What is it like looking back on a nearly two-hundred page thesis after almost three years?

This site was primarily launched as a follow-up to my thesis ‘Comics in Clinical Practice: a Grounded Theory Exploration of How Sequential Art is Applied to Talking Therapy’ (which is available to read in full, for free, here).

I’ll be starting a summary of the thesis and the overall research project it was about in another series of posts, but wanted to reflect a bit on what the project is like to revisit in this post.

I’m told choosing a subject for a doctoral project is always difficult, but I only have my own experience to go on. In some psychologist trainings this involves choosing from a selection of options from a supervisor, and in other doctoral programmes outside of psychology it’s typical for people to have to pitch a detailed explanation of their research project before they’re even considered as an applicant for their doctoral training.

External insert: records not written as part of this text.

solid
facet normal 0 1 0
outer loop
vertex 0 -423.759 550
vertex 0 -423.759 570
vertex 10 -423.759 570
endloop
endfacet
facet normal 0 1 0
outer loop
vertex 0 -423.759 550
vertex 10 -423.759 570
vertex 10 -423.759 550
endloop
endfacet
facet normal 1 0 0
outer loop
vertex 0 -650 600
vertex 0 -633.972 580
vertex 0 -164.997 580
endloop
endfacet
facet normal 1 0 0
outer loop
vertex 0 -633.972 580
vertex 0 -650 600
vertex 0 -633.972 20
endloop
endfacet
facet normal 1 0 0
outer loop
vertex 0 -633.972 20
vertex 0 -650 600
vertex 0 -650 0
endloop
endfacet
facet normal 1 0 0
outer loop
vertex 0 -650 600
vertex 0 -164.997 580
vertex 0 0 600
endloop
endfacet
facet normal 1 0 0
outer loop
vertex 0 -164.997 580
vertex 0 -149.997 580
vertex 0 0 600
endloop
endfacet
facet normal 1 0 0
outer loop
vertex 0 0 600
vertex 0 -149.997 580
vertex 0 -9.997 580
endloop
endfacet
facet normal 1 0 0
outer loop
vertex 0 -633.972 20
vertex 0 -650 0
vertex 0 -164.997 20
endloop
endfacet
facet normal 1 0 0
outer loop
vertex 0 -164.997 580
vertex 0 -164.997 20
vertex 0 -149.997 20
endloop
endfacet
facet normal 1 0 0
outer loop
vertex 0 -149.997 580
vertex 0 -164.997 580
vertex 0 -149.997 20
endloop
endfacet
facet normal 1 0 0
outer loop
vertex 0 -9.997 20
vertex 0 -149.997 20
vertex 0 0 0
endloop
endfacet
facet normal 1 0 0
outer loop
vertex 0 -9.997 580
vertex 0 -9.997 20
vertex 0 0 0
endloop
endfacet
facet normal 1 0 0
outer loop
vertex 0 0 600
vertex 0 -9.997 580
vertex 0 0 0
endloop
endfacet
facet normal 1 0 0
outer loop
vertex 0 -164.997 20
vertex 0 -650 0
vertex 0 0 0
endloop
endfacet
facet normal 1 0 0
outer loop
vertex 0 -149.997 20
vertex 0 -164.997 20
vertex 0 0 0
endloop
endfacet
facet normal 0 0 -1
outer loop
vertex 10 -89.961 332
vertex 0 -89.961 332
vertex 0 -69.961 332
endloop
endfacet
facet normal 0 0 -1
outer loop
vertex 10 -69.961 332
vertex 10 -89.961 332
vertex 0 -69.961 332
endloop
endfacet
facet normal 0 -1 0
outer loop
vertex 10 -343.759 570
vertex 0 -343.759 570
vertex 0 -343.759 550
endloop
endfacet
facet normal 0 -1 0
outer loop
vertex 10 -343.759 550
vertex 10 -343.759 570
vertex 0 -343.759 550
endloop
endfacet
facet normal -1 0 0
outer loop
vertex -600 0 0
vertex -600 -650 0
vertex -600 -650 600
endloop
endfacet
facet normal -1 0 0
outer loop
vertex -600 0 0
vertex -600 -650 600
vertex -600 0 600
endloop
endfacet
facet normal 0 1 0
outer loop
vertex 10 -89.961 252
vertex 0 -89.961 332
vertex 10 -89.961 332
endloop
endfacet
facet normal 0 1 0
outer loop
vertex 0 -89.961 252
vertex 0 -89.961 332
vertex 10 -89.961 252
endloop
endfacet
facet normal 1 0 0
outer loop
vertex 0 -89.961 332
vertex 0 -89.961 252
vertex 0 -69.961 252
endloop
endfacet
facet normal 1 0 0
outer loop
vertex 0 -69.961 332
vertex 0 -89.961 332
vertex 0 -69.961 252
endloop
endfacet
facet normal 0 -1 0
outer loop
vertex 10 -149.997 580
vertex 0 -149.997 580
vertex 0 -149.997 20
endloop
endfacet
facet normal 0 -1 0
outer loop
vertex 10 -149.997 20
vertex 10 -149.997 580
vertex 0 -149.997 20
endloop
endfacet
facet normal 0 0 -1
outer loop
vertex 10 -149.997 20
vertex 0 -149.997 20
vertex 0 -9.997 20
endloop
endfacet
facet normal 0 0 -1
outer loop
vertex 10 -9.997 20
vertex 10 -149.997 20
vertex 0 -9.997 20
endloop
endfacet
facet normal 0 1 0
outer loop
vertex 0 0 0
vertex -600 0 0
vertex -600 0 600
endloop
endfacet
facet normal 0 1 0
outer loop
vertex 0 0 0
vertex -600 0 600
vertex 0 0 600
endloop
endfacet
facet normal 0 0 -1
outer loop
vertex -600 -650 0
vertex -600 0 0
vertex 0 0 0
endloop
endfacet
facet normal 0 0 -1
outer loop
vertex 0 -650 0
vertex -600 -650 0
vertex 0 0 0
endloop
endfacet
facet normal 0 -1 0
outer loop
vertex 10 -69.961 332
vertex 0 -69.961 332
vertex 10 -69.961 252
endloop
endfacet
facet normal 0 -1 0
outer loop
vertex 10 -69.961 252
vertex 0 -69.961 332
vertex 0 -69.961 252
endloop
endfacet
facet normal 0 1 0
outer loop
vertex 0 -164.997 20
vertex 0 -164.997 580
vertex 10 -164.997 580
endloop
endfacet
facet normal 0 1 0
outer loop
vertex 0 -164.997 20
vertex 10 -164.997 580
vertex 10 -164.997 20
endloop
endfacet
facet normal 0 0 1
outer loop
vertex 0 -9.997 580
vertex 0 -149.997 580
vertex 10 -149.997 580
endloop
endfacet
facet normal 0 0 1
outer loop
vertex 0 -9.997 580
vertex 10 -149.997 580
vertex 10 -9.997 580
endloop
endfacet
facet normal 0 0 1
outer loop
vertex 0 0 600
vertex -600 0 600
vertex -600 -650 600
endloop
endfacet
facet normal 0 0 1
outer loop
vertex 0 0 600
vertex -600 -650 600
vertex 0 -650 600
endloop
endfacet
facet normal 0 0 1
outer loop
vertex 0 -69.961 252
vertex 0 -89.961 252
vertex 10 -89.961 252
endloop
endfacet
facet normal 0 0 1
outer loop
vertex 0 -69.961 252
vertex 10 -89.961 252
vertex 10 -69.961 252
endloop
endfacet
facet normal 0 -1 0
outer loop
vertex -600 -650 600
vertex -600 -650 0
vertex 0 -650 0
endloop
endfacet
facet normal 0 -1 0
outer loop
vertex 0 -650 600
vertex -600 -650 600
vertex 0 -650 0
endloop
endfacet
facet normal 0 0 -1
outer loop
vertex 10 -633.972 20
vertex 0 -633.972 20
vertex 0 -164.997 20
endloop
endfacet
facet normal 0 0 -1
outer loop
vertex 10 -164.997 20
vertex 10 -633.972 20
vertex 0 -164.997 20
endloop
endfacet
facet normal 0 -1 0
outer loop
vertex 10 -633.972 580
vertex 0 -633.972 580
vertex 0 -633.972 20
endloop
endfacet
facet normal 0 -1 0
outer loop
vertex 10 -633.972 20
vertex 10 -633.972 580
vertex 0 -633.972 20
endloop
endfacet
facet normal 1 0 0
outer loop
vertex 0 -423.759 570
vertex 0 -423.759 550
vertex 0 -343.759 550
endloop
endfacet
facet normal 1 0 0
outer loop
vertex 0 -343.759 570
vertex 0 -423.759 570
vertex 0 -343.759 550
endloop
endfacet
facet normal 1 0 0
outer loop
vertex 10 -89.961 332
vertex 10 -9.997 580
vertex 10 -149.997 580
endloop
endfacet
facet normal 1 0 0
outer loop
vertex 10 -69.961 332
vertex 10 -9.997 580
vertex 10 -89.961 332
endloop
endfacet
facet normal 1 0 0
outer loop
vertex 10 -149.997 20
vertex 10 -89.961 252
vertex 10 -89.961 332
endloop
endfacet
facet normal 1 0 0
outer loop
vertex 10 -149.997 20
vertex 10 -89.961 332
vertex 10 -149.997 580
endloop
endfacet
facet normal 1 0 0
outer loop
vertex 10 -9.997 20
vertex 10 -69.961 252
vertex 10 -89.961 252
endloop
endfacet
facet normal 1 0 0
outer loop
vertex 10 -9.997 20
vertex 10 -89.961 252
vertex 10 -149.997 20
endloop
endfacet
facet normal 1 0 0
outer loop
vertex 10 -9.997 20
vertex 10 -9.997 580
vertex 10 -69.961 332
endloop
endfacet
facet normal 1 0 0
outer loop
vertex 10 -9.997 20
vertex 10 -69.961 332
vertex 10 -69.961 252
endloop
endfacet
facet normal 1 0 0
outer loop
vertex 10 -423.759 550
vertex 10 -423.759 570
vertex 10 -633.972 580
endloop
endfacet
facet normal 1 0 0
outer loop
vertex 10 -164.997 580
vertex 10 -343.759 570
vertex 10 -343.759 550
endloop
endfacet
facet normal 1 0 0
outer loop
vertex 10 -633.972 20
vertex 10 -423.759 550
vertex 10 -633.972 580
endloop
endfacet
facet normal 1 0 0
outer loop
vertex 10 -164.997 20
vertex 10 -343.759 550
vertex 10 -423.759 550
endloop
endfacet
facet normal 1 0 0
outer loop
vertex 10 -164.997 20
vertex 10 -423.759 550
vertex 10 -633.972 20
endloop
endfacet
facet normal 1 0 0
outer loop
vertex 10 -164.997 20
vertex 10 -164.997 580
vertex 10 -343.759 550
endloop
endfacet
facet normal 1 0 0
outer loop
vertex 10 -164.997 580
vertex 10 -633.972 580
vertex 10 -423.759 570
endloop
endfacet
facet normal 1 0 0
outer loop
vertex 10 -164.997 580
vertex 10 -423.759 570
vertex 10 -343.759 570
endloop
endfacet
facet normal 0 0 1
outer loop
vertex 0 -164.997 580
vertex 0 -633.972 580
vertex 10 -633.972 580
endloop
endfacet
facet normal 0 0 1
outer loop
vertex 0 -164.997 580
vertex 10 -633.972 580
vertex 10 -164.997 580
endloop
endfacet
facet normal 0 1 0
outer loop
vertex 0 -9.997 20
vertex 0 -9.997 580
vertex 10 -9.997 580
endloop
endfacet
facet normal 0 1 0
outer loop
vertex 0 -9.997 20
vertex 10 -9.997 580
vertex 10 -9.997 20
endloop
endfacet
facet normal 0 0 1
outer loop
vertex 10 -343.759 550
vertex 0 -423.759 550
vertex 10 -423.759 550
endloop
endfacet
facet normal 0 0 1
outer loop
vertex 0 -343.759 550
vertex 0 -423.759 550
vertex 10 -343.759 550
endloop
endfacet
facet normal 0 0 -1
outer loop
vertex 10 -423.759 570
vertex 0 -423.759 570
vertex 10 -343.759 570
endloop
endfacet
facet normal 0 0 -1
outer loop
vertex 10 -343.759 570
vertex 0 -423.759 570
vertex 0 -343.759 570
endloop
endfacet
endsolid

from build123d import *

# Parameters (mm, degrees)
SKETCH1_W           = 600
SKETCH1_H           = 650
BOSS_EXTRUDE1_DEPTH = 600
SKETCH2_W           = 560
SKETCH2_H           = 140
SKETCH2_W_2         = 80
SKETCH2_H_2         = 20
SKETCH2_H_3         = 468.975468976
SKETCH2_W_3         = 20
SKETCH2_H_4         = 80
BOSS_EXTRUDE2_DEPTH = 10


with BuildPart() as part:
    # Sketch1 → Boss-Extrude1 (new body)
    with BuildSketch(Plane.XY):
        with Locations((-300, -325)):
            Rectangle(SKETCH1_W, SKETCH1_H)
    extrude(amount=BOSS_EXTRUDE1_DEPTH)

    # Sketch2 → Boss-Extrude2 (add)
    with BuildSketch(Plane(origin=(0, 0, 0), x_dir=(0, 0, -1), z_dir=(1, 0, 0))):
        with Locations((-300, -79.996604702)):
            Rectangle(SKETCH2_W, SKETCH2_H)
        with Locations((-292, -79.960529666)):
            Rectangle(SKETCH2_W_2, SKETCH2_H_2, mode=Mode.SUBTRACT)
        with Locations((-300, -399.48433919)):
            Rectangle(SKETCH2_W, SKETCH2_H_3)
        with Locations((-560, -383.759018759)):
            Rectangle(SKETCH2_W_3, SKETCH2_H_4, mode=Mode.SUBTRACT)
    extrude(amount=BOSS_EXTRUDE2_DEPTH)


solid = part.part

In my experience, I was two years into training as a counselling psychologist in the UK before I needed to formally submit any sort of proposal, and I was told the subject could be about anything I liked as long as it was to do with counselling psychology and talking therapy.

Anyone who’s ever seen a ten-page menu knows there’s such a thing as too much choice. This level of openness paralysed everyone in my cohort, including me. Looking back at the finished work now, my first though is “how lucky was I to find a subject that fit me, my interests, and my personal history as well as this subject did”. Some of my peers changed their research topic numerous times (one changed seven times) but once I’d hit on this topic I knew it had legs and I knew I needed to stick with it.

My second thought is, I think, a bit more interesting and is something I’m going to explore further in future. It’s about how defensive I was of this topic once I’d decided to explore it. This wasn’t limited to me either, a pretty broad range of the research literature I consumed during my literature review was written from a very defensive position. It was as if I, and other researchers before me, anticipated that researching the subject of sequential art would be met with a harsh response of some kind.

In many ways, the experience I’ve had of people being interested in the subject of applying sequential art to talking therapy seems to come from their surprise that the practice would exist in the first place. For some people this is a surprise that seems to delight them, to spark their imagination and to suggest a new range of possibilities. For others, they seem to experience it as amusing, even “cute”. Initially this can lead them to engage with the subject a bit, but often I’ve found that they don’t engage for very long.

When I got into the process of considering how I’d go about doing the research I was a bit hung up on the idea of trying to make the case that “comics could be a viable clinical tool actually!” because I was assuming that this case needed to be made. I was wrong though, all that was necessary was to acknowledge that this tool was already being used. The numbers might have been small, but the work was being done. So, in my research project, defending the potential of sequential art as a viable clinical tool was…kind of unnecessary. I could just approach therapists that had been doing the work and explore what that had been like for them and their clients, and see if there was something to learn from a cross-section of these experiences.

I still see people approaching this subject from a defensive position today, and I empathise with them, but I think this field is now at a stage where we can start to explore why the defensiveness is there. I think the medium of sequential art, and the work of therapists that apply it to their work responsibly, are both robust enough to stand on their own.